There have been a number of changes to the Wsdl2Apex processing to support more edge cases:

  1. Allow for schema imports via schema imports (nested imports). Includes checks for circular references.
  2. If the complex type can't be found in the current schema search the imported schema for it.
  3. If a SimpleType has a restriction that isn't primitive then search the underlying types for the primitive type that can be converted to Apex.
  4. Detect repeated imported schema target namespaces
  5. Use common code to create Apex class names from complex types.
  6. Add generated Apex comments to classes that extend a base type.
  7. Attempt to compile the XmlSchema to resolve groups so they can be automatically expanded.
  8. Include warning messages on web methods where the return type can't be resolved from the namespace.

Include Apex class name in code coverage breakdown

The Apex class name and test method name will be included with the class coverage breakdown details.

JWT Authentication for Salesforce sessions

It is now possible to use the OAuth 2.0 JWT Bearer Token flow to authenticate with Salesforce.

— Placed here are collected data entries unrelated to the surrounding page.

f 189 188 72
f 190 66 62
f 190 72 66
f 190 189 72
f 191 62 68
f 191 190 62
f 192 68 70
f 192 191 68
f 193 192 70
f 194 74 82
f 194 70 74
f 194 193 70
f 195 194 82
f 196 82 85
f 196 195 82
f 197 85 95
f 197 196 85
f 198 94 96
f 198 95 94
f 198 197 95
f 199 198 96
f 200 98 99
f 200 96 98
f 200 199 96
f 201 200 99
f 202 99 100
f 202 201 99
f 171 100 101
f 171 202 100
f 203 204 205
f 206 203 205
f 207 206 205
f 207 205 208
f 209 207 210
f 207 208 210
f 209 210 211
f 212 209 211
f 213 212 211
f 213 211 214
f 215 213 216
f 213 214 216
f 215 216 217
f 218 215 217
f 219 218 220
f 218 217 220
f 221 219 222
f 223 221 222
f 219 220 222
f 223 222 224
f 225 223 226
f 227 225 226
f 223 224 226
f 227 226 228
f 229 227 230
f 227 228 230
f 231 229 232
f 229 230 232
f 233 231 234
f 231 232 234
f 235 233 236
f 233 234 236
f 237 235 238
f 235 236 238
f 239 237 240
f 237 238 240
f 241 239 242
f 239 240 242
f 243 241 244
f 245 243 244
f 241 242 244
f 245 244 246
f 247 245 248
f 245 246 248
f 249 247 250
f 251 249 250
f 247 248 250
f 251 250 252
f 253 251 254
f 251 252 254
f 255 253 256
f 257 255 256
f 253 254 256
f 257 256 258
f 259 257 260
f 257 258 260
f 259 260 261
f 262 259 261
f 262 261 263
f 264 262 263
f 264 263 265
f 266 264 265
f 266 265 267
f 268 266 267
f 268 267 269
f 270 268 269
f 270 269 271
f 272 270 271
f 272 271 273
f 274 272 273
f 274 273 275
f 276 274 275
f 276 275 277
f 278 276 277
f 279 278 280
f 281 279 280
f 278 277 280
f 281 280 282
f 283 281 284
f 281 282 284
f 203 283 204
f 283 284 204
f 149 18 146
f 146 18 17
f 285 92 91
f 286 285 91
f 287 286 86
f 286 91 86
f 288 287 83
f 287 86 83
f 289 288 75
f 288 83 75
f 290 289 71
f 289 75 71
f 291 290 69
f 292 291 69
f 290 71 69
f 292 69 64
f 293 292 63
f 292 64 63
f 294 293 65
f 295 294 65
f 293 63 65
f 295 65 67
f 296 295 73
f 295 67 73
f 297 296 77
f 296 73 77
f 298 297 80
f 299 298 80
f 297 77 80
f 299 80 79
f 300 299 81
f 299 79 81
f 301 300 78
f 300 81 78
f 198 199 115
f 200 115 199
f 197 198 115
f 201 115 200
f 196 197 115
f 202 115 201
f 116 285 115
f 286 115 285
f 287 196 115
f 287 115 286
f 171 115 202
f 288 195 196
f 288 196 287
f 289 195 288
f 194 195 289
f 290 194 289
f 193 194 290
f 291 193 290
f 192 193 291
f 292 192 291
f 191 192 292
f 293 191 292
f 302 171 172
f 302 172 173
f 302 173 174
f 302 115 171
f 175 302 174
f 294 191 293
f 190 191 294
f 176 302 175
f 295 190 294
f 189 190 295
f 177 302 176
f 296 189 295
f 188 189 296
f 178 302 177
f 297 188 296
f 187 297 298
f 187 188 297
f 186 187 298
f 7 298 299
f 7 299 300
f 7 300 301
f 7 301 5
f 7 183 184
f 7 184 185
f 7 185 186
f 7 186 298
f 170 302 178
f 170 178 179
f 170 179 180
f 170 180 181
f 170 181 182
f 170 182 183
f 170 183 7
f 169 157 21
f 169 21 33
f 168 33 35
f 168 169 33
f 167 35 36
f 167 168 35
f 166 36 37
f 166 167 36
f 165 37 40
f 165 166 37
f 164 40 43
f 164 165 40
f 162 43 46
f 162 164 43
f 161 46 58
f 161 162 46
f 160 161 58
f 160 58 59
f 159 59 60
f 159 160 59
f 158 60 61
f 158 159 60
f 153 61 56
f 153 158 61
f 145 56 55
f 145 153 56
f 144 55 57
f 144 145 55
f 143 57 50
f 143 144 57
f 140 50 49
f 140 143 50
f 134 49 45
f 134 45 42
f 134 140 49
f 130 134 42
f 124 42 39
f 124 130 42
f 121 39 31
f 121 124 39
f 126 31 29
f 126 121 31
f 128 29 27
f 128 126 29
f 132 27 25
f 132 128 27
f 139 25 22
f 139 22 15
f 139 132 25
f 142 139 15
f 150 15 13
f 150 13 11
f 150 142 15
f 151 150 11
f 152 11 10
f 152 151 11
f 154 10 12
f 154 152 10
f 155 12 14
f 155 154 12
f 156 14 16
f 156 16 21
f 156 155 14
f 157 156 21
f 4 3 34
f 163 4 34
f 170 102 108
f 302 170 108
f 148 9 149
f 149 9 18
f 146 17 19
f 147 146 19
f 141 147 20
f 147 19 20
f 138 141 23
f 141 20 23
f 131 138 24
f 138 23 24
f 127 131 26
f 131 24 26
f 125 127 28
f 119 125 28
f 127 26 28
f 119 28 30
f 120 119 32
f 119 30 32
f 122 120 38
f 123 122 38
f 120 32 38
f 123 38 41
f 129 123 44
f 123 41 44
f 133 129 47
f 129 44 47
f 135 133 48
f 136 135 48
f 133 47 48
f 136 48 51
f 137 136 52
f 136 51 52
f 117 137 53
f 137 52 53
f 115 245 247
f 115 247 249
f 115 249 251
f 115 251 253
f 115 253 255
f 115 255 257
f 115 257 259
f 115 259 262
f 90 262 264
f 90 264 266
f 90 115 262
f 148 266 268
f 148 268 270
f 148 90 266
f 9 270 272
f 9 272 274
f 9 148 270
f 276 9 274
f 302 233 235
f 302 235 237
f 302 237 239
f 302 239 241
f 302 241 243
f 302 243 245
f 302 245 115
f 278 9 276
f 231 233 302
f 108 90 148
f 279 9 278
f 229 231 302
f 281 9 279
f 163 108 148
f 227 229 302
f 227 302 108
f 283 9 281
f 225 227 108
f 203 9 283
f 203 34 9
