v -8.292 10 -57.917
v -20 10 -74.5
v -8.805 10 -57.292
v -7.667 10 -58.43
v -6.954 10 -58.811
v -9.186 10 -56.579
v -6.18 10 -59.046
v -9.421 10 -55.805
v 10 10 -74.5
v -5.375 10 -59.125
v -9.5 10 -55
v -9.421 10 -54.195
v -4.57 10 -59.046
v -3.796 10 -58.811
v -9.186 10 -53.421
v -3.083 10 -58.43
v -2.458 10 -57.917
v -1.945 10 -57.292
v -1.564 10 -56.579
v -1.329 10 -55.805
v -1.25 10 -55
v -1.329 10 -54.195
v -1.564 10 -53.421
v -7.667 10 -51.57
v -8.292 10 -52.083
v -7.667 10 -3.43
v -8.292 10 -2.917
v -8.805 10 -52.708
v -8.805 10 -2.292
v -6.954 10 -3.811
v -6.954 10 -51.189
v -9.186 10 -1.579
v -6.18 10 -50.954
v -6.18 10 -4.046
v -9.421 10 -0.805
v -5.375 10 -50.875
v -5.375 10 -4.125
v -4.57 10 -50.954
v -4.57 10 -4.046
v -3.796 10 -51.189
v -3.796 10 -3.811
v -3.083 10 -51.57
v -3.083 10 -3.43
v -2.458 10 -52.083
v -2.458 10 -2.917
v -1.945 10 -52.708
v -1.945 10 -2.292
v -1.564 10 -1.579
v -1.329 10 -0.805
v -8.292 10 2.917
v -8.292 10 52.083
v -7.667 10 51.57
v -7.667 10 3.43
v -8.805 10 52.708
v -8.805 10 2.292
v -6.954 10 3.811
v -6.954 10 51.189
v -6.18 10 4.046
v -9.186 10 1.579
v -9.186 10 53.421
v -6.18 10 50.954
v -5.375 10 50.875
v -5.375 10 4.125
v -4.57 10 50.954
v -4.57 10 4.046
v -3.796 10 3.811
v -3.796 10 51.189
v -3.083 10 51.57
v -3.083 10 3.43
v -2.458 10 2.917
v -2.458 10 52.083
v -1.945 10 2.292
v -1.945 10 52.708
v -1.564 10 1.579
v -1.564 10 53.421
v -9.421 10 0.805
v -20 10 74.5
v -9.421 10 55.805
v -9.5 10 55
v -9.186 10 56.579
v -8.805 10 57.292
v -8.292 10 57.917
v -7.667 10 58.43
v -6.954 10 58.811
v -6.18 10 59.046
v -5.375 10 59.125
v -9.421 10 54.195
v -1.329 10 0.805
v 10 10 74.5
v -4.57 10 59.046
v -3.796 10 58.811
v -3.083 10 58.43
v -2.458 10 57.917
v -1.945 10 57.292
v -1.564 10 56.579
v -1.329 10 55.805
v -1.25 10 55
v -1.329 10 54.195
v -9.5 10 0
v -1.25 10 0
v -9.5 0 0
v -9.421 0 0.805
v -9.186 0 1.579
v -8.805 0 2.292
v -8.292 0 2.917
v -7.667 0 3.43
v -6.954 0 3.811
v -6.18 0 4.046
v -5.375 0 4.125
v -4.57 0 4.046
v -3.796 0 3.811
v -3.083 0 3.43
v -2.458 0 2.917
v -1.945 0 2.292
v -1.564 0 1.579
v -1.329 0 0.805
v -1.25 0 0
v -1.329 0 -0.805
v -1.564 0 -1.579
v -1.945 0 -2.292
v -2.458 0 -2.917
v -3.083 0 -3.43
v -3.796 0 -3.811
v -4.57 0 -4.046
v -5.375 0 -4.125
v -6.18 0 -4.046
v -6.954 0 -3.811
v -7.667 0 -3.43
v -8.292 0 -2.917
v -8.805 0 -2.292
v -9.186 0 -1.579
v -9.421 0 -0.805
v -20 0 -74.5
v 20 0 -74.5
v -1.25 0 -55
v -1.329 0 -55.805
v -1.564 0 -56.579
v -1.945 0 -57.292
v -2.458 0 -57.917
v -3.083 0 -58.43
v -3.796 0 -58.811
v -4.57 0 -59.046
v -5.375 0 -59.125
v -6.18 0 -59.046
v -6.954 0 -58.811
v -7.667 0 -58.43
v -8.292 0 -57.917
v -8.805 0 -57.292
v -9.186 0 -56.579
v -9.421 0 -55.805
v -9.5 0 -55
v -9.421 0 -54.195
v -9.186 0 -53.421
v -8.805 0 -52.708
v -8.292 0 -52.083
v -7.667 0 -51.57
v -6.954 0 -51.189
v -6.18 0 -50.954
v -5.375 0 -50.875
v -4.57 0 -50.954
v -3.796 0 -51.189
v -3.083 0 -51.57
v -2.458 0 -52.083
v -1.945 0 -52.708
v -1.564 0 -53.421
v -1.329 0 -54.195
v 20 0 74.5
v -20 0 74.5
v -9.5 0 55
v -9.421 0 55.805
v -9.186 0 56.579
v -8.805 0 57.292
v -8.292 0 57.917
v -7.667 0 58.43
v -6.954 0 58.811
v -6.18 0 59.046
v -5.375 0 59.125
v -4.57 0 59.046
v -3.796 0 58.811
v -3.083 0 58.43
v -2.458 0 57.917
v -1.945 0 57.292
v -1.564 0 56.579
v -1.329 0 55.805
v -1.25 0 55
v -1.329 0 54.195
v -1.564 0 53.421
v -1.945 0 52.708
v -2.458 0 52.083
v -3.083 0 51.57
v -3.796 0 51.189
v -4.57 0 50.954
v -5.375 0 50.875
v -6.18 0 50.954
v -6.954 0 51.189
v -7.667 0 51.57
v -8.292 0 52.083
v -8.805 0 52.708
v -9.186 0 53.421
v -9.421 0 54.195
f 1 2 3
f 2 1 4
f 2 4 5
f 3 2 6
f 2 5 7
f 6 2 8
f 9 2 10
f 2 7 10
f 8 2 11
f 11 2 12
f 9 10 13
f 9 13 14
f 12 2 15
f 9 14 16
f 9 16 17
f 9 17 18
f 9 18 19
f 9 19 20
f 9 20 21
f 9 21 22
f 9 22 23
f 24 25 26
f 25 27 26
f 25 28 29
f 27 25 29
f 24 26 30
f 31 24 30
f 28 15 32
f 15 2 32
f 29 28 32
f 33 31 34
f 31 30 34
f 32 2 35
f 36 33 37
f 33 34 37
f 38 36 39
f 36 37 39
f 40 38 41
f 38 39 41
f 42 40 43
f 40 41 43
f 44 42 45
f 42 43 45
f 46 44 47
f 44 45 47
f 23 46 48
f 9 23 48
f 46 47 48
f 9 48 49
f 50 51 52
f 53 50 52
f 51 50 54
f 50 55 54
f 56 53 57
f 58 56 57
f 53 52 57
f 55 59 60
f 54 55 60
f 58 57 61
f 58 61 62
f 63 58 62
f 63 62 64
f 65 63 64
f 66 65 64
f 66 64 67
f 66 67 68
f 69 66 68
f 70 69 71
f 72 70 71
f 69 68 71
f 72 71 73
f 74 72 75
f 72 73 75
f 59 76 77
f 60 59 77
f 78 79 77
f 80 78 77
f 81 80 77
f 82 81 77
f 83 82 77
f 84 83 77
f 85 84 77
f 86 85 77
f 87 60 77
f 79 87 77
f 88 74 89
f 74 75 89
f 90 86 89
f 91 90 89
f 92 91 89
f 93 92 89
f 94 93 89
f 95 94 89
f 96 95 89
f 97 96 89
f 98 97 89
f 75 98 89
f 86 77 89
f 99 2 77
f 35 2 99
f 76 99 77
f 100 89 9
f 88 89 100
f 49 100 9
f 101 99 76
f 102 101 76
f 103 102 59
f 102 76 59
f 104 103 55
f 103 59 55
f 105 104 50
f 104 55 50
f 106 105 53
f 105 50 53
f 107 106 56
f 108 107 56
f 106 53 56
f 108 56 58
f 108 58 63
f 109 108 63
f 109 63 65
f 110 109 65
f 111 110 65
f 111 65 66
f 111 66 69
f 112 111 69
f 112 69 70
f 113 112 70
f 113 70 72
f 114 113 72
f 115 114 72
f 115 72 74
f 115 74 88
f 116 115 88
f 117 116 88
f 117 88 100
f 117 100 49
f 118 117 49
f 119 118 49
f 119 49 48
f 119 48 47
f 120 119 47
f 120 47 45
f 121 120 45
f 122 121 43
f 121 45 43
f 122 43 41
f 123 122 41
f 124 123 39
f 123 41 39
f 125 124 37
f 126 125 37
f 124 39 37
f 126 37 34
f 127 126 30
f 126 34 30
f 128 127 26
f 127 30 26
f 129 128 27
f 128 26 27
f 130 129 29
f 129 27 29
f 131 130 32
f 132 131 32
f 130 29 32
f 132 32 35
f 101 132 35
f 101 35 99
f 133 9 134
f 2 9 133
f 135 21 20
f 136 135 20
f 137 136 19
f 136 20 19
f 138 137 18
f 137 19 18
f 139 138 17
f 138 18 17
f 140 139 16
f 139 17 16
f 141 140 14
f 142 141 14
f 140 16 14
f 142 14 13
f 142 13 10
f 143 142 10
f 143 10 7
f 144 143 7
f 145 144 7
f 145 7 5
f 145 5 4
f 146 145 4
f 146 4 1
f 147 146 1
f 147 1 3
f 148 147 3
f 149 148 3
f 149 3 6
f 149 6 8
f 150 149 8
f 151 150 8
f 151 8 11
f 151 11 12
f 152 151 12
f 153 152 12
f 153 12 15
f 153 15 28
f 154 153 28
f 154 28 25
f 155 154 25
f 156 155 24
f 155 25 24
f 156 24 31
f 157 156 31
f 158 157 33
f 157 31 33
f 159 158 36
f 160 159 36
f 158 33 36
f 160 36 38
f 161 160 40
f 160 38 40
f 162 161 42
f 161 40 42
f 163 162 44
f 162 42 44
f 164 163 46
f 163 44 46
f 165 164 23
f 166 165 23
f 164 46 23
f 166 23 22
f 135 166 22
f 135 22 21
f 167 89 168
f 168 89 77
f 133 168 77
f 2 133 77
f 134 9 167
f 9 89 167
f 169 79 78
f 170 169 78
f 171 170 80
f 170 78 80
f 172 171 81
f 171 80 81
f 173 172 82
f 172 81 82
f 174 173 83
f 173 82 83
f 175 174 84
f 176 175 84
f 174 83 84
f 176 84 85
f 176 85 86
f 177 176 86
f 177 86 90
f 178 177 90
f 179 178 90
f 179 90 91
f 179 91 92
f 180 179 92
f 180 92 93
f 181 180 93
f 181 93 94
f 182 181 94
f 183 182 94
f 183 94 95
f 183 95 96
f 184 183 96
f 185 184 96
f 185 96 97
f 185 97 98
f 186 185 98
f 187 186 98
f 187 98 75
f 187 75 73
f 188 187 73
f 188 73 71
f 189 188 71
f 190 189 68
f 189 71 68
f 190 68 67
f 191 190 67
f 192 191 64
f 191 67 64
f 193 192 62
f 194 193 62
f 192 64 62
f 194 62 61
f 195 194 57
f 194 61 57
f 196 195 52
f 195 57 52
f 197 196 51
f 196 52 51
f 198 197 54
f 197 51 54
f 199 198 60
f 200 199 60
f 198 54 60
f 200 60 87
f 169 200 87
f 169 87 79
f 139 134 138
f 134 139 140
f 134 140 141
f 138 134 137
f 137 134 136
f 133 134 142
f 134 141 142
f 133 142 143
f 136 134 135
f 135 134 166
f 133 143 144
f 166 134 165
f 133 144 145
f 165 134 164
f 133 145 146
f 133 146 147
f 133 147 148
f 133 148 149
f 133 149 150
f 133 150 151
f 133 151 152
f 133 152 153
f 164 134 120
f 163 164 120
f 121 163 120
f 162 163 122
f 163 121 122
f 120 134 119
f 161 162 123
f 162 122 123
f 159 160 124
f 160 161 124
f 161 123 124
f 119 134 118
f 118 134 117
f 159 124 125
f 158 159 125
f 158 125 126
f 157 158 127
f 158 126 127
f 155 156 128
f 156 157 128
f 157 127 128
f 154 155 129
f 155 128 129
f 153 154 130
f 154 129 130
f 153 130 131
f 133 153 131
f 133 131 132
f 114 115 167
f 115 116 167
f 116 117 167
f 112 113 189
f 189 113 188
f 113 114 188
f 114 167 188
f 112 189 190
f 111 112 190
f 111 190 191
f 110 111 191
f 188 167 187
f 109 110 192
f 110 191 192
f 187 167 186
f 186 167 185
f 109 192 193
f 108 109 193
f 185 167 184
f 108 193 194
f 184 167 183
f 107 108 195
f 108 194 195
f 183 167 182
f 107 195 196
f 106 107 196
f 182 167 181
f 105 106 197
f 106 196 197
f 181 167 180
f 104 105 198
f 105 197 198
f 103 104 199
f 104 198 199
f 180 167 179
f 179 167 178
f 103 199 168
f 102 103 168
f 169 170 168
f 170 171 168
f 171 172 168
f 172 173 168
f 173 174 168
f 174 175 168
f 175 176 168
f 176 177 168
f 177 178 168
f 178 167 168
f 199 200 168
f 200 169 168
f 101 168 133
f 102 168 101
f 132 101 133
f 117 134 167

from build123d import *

# Parameters (mm, degrees)
BOSS_EXTRUDE1_DEPTH = 74.5
SKETCH2_R           = 4.125
CUT_EXTRUDE1_DEPTH  = 78.783352975


with BuildPart() as part:
    # Sketch1 → Boss-Extrude1 (new, symmetric)
    with BuildSketch(Plane.XY):
        Polygon((-20, 10), (10, 10), (20, 0), (-20, 0), align=None)
    extrude(amount=BOSS_EXTRUDE1_DEPTH, both=True)

    # Sketch2 → Cut-Extrude1 (cut, through all)
    with BuildSketch(Plane(origin=(0, 10, 0), x_dir=(1, 0, 0), z_dir=(0, 1, 0))):
        with Locations(Location((-5.375, 0, 0), (0, 0, 180))):
            Circle(SKETCH2_R)
        with Locations(Location((-5.375, -55, 0), (0, 0, 180))):
            Circle(SKETCH2_R)
        with Locations((-5.375, 55)):
            Circle(SKETCH2_R)
    extrude(amount=-CUT_EXTRUDE1_DEPTH, mode=Mode.SUBTRACT)


solid = part.part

I'll expand on the steps to do this shortly, which will include configuring the connected app and registering the X509 Certificate.

Other changes 3.11

  • Middle click to hide tab. Improve tab hiding.
  • Improve support for using the ToolingAPI in the EntityViewer.
  • If directly updating a nullable int in the SOQL results treat it as such (rather than a string)
  • Format a VF_PAGE_MESSAGE in the log timeline
  • Format display of ApexResult and HeapDump from the Tooling API SOQL Queries.
  • Allow for a CultureInfo.DateTimeFormat.TimeSeparator other than ":". Force the SOQL building code to use the InvarientCulture so the required format is applied.
  • Update core SalesforceSession to use v45.0 (Spring 19) APIs
  • For the Apex Log Stack, include the Soql Execute Count
  • Option to run the most recent async test cases again after a successful metadata deployment.
  • EntityViewer - Allow for ToolingAPI entities.
  • Event Log Viewer. Only show the first 4000 rows of data.
  • Log Timeline control. Show icons for Test.startTest() and Test.stopTest() if they are detected.
  • Handle failure to query for recent apex test runs.
  • When generating anonymous Apex to get the current Session ID include the SalesforceBaseUrl
  • Code Generation - If generating without custom fields, exclude picklist values containing "__". These typically represent relationships to custom sObjects
    Detect and skip duplicate picklist value entries.
    Fix the generated properties for *Picklist to set based on the enum value rather than the description attribute.
    Detect references to sObjects that aren't exposed via the metadata.
  • Regenerate sObjects (plus associated services and data sources) for API v44.0.
  • CodeGeneration - If configured, exclude relationships to custom fields.
  • Don't generate types for __ChangeEvent, __History, __Share
  • CodeGeneration - generate "extends" for Apex classes extending other classes.
  • Expand details for WebServiceCallout.invoke with comments.
  • ApexClass (for generation) - Track if the Apex classes extends a base class.
  • FieldService - When extracting child elements from a query result skip nodes that aren't XmlElements.
  • ToolingServiceWrapper - Add describeGlobalCached() that caches describeGlobal() to improve performance.
  • SalesforceSession - If an exception occurs with a WebRequest include the complete URL in the Exception.Data
  • Internal caching of the Tooling API DescribeGlobalResult Metadata
  • Auto-size columns in SOSL & single page SOQL results
  • Improve usage of direct Csv loading. Support bulk load for larger operations. Allow the primary sObject type to be defined.
  • Change the Apex log layout with the treeview between horizontal and vertical.
  • Define logging levels via common menu, Handle hitting the maximum debug log count
  • Capture SSL/TLS config issues and provide help link to dedicated help page.
  • When checking metadata deployment successes, highlight changed components vs. unchanged.